High-Order Pressure–Volume Relationship for Improved Simulation of Stretch Blow Molding Processes
Monday, October 5, 2026
2:20 - 3:05 p.m.
(see full conference schedule)
Speaker Biography:
Zohir Benrabah is a Forming and Blow Molding Simulation Scientist at NRC’s Automotive and Surface Transportation Research Center in Boucherville, Quebec, Canada, where he is involved in the development of the finite element software, BlowView, dedicated to simulating and optimizing blow molding processes such as: Conventional and Twin Sheet Extrusion, Stretch, Thermoforming, and most recently Suction Blow Molding. His principal interest is in process numerical modelling and problem-solving type work, typically combining numerical and experimental components. Zohir hold a Bachelor and Master degree in Mechanical Engineering, and he completed his Ph.D. in 2002 in computational structure at Laval University in Quebec City, Canada. He has written over 40 papers on the simulation of thermoplastic forming processes.
Presentation Description:|
Accurate prediction of pressure evolution during stretch blow molding is essential for reliable simulation of preform deformation, material distribution, and final container geometry. Conventional pressure-volume (pV) relationships commonly used in commercial simulation tools are often based on simplified assumptions that may not adequately capture the complex pressure variations occurring during industrial blowing cycles, particularly when multiple blowing stages are involved.

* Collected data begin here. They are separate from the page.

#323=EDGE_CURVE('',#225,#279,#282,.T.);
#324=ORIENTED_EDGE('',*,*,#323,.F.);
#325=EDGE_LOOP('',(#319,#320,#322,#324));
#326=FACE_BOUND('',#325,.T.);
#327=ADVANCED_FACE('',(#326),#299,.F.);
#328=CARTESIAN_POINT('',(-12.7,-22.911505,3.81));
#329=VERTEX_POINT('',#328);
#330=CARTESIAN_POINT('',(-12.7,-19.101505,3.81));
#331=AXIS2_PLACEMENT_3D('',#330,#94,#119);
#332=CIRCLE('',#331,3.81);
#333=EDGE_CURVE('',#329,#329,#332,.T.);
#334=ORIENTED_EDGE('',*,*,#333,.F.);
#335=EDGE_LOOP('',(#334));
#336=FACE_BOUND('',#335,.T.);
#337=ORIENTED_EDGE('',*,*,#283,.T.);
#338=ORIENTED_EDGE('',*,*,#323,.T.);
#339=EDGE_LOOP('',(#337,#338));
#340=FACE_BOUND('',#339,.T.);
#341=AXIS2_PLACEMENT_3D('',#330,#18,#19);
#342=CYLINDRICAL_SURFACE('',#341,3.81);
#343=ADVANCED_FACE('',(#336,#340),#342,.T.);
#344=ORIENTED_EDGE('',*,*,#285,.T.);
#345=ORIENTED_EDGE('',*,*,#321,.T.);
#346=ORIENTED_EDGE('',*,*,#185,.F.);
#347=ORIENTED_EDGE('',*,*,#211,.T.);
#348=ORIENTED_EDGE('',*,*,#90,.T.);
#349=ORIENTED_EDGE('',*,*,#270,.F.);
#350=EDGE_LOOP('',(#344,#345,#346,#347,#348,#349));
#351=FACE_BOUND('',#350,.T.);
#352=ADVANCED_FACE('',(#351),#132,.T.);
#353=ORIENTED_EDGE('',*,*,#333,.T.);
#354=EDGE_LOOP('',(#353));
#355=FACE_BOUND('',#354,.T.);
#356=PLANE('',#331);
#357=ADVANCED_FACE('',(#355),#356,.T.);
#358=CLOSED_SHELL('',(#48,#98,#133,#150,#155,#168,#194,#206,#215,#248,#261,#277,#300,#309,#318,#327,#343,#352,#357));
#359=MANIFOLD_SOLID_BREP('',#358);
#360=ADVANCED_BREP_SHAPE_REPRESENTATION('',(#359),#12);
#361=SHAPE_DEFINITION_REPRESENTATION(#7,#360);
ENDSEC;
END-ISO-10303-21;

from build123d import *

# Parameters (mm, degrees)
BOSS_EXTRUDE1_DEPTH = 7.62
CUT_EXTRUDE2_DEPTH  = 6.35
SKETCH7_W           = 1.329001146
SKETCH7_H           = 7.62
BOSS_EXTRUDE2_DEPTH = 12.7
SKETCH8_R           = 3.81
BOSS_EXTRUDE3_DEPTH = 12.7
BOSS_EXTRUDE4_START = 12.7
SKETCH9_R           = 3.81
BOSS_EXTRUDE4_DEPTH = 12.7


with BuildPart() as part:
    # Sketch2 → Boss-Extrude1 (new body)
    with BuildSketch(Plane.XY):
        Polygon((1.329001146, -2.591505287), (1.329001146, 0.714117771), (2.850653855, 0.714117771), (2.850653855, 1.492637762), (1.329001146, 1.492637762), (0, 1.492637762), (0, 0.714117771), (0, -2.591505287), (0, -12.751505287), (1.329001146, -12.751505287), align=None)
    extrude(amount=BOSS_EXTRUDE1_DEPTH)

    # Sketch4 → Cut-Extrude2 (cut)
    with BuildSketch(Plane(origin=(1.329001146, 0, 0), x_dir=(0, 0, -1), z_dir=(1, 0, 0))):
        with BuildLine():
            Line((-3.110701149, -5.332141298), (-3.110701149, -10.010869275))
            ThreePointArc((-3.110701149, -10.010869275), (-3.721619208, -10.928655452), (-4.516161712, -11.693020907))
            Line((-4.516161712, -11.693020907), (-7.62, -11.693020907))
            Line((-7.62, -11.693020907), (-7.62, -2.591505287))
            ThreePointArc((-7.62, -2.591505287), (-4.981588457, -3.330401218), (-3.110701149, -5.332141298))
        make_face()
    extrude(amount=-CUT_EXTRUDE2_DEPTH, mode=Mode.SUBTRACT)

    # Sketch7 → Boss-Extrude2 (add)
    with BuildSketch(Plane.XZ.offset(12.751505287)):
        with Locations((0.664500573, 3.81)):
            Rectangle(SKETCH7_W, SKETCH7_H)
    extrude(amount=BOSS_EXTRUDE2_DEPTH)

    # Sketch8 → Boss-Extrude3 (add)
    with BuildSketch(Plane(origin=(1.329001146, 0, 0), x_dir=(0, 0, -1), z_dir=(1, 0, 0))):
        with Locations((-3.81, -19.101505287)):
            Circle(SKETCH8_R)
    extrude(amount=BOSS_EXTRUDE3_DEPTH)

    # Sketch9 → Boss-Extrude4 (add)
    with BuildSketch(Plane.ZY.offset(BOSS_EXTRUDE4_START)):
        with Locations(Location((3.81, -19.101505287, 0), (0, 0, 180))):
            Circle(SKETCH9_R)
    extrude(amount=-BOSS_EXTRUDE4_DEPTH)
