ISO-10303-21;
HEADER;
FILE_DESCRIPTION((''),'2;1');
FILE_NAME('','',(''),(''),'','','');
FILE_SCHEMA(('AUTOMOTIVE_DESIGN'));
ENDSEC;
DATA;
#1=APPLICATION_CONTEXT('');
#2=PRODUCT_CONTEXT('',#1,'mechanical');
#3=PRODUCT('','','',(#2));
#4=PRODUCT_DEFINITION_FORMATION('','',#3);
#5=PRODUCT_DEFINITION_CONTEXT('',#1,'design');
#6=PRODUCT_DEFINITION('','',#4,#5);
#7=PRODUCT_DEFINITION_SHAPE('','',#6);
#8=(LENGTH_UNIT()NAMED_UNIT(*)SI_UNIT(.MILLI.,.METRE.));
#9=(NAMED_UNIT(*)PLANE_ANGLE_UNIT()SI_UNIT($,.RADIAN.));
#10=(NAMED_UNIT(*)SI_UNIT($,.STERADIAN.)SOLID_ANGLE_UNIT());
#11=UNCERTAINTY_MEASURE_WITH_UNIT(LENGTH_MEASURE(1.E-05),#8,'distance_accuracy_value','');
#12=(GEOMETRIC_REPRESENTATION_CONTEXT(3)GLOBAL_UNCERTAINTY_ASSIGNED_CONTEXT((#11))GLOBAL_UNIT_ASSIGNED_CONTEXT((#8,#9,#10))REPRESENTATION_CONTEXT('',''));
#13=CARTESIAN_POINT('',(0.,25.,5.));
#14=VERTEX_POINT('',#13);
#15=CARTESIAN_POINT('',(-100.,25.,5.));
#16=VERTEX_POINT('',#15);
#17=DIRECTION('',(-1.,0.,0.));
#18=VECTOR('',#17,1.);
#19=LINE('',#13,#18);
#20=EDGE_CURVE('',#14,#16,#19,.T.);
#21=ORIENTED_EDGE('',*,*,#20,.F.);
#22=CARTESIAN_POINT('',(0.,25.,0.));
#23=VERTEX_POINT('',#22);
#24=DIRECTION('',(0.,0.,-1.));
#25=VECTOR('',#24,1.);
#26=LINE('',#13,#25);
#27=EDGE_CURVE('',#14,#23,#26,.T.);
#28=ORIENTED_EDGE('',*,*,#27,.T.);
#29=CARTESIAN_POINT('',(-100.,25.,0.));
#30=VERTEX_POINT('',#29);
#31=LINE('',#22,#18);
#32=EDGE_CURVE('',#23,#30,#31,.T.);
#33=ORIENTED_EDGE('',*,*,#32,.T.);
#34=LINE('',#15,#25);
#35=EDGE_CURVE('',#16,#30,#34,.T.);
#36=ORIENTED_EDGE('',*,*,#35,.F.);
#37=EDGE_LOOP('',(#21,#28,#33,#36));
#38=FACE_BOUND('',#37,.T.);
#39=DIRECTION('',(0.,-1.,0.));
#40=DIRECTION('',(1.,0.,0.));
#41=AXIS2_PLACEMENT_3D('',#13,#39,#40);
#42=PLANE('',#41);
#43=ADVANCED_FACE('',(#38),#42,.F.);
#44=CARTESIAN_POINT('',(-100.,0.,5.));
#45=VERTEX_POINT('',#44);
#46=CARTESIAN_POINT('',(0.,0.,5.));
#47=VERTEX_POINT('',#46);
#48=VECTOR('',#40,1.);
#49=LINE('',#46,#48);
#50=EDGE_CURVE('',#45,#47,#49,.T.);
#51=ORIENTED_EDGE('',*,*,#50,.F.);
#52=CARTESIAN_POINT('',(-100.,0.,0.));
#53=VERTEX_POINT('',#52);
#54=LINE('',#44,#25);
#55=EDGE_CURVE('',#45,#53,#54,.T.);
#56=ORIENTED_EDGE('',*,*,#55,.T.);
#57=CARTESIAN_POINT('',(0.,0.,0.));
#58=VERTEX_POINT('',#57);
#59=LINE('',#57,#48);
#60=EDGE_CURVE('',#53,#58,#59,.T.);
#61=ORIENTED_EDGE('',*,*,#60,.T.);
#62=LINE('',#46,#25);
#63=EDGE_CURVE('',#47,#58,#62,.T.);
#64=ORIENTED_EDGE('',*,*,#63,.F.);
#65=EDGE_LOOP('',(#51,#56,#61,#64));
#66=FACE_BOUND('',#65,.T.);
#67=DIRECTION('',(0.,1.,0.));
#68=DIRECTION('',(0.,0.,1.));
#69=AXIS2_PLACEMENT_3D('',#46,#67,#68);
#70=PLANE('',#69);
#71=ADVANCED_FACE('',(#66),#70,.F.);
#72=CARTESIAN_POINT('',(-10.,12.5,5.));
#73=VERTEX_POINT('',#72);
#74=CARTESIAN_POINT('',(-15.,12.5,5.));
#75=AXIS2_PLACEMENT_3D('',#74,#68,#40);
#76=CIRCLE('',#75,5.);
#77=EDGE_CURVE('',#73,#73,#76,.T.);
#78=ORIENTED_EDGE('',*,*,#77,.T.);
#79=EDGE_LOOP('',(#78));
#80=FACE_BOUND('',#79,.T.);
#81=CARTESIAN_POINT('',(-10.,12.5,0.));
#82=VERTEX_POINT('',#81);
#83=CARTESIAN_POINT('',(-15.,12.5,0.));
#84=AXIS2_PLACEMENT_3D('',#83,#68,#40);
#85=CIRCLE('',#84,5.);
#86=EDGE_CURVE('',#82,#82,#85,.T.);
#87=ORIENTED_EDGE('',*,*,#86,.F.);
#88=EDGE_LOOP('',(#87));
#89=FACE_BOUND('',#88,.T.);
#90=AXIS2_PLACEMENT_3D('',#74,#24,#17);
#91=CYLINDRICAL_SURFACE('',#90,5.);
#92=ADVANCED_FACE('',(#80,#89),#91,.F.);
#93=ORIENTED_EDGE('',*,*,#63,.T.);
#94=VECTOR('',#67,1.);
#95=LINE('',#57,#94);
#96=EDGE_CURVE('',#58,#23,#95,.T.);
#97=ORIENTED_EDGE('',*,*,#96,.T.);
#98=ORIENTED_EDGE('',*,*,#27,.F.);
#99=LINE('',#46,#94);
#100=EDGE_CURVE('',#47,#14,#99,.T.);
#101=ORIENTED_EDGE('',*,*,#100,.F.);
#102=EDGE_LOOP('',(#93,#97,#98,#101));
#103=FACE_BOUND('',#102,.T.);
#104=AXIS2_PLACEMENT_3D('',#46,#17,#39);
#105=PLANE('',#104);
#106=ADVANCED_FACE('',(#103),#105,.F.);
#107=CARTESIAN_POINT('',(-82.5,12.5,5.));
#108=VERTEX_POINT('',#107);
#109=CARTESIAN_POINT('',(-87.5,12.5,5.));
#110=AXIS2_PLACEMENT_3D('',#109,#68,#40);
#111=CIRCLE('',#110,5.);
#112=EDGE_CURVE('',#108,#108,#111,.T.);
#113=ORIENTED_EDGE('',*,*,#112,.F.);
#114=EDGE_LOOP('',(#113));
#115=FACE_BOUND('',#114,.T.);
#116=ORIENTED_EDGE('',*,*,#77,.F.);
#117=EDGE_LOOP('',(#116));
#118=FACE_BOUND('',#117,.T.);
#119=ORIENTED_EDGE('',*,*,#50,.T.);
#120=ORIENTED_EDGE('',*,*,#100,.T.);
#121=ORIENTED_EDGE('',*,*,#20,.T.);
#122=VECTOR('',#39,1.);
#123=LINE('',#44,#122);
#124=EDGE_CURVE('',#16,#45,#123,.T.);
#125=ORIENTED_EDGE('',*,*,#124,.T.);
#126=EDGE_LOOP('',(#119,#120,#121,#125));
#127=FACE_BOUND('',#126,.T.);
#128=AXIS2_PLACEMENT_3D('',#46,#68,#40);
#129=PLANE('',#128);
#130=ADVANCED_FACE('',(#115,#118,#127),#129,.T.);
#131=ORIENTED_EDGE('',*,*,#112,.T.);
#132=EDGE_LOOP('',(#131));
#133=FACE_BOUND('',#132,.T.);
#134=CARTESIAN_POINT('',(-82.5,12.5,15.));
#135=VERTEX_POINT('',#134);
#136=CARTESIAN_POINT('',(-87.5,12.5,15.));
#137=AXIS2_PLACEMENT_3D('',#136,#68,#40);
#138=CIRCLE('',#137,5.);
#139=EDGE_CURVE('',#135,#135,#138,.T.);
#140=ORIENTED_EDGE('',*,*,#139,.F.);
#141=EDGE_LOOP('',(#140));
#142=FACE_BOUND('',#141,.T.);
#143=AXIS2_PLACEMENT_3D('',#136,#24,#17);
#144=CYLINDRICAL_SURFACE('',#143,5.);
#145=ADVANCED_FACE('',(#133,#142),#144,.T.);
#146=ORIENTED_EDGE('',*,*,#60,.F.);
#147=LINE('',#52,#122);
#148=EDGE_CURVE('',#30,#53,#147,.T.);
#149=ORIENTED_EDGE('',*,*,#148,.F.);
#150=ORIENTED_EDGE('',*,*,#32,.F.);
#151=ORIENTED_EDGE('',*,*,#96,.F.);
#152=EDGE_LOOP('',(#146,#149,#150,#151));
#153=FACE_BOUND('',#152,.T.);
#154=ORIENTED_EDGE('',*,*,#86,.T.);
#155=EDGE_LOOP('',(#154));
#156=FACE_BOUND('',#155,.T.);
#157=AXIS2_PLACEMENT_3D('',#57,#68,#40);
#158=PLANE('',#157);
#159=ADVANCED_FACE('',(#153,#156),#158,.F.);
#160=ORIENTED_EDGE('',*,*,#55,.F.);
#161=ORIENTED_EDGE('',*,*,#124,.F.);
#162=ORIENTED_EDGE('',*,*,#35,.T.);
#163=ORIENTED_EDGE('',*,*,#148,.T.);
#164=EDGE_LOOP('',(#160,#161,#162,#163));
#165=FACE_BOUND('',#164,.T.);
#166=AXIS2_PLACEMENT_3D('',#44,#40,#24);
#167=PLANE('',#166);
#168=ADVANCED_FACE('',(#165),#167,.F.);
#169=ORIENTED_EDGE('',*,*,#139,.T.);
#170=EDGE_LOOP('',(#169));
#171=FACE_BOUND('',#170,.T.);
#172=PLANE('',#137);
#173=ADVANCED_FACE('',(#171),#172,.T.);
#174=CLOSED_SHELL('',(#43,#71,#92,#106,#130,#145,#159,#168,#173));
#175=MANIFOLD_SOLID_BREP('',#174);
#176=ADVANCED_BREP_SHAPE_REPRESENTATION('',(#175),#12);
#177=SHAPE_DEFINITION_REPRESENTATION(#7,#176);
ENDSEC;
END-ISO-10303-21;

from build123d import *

# Parameters (mm, degrees)
SKETCH1_W           = 100
SKETCH1_H           = 25
SKETCH1_R           = 5
BOSS_EXTRUDE1_DEPTH = 5
SKETCH2_R           = 5
BOSS_EXTRUDE2_DEPTH = 10


with BuildPart() as part:
    # Sketch1 → Boss-Extrude1 (new body)
    with BuildSketch(Plane.XY):
        with Locations((-50, 12.5)):
            Rectangle(SKETCH1_W, SKETCH1_H)
        with Locations((-15, 12.5)):
            Circle(SKETCH1_R, mode=Mode.SUBTRACT)
    extrude(amount=BOSS_EXTRUDE1_DEPTH)

    # Sketch2 → Boss-Extrude2 (add)
    with BuildSketch(Plane.XY.offset(5)):
        with Locations((-87.5, 12.5)):
            Circle(SKETCH2_R)
    extrude(amount=BOSS_EXTRUDE2_DEPTH)


solid = part.part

This presentation introduces a high-order pressure-volume (pV) formulation developed at the National Research Council Canada (NRC) for the simulation of stretch blow molding processes. The proposed approach provides a more accurate representation of the thermodynamic behavior of compressed air during cavity expansion while preserving computational efficiency required for industrial applications.
The model was implemented within the BlowView simulation platform and validated using experimental data obtained from industrial stretch blow molding trials conducted under various processing conditions. Predicted pressure histories were compared with measured cavity pressure data, and the impact of the improved pV formulation on thickness distribution prediction was evaluated.
Results demonstrate that the proposed model significantly improves the agreement between predicted and measured pressure evolution throughout the blowing cycle. The enhanced pressure representation also leads to improved prediction of material distribution along the bottle profile, particularly in regions experiencing rapid deformation and strong biaxial stretching.
The presentation will discuss the theoretical basis of the formulation, implementation aspects, and validation results obtained on representative industrial bottle geometries. The proposed high-order pV model provides a practical and robust framework for improving the predictive capabilities of stretch blow molding simulations and supports more reliable process optimization and lightweight container design.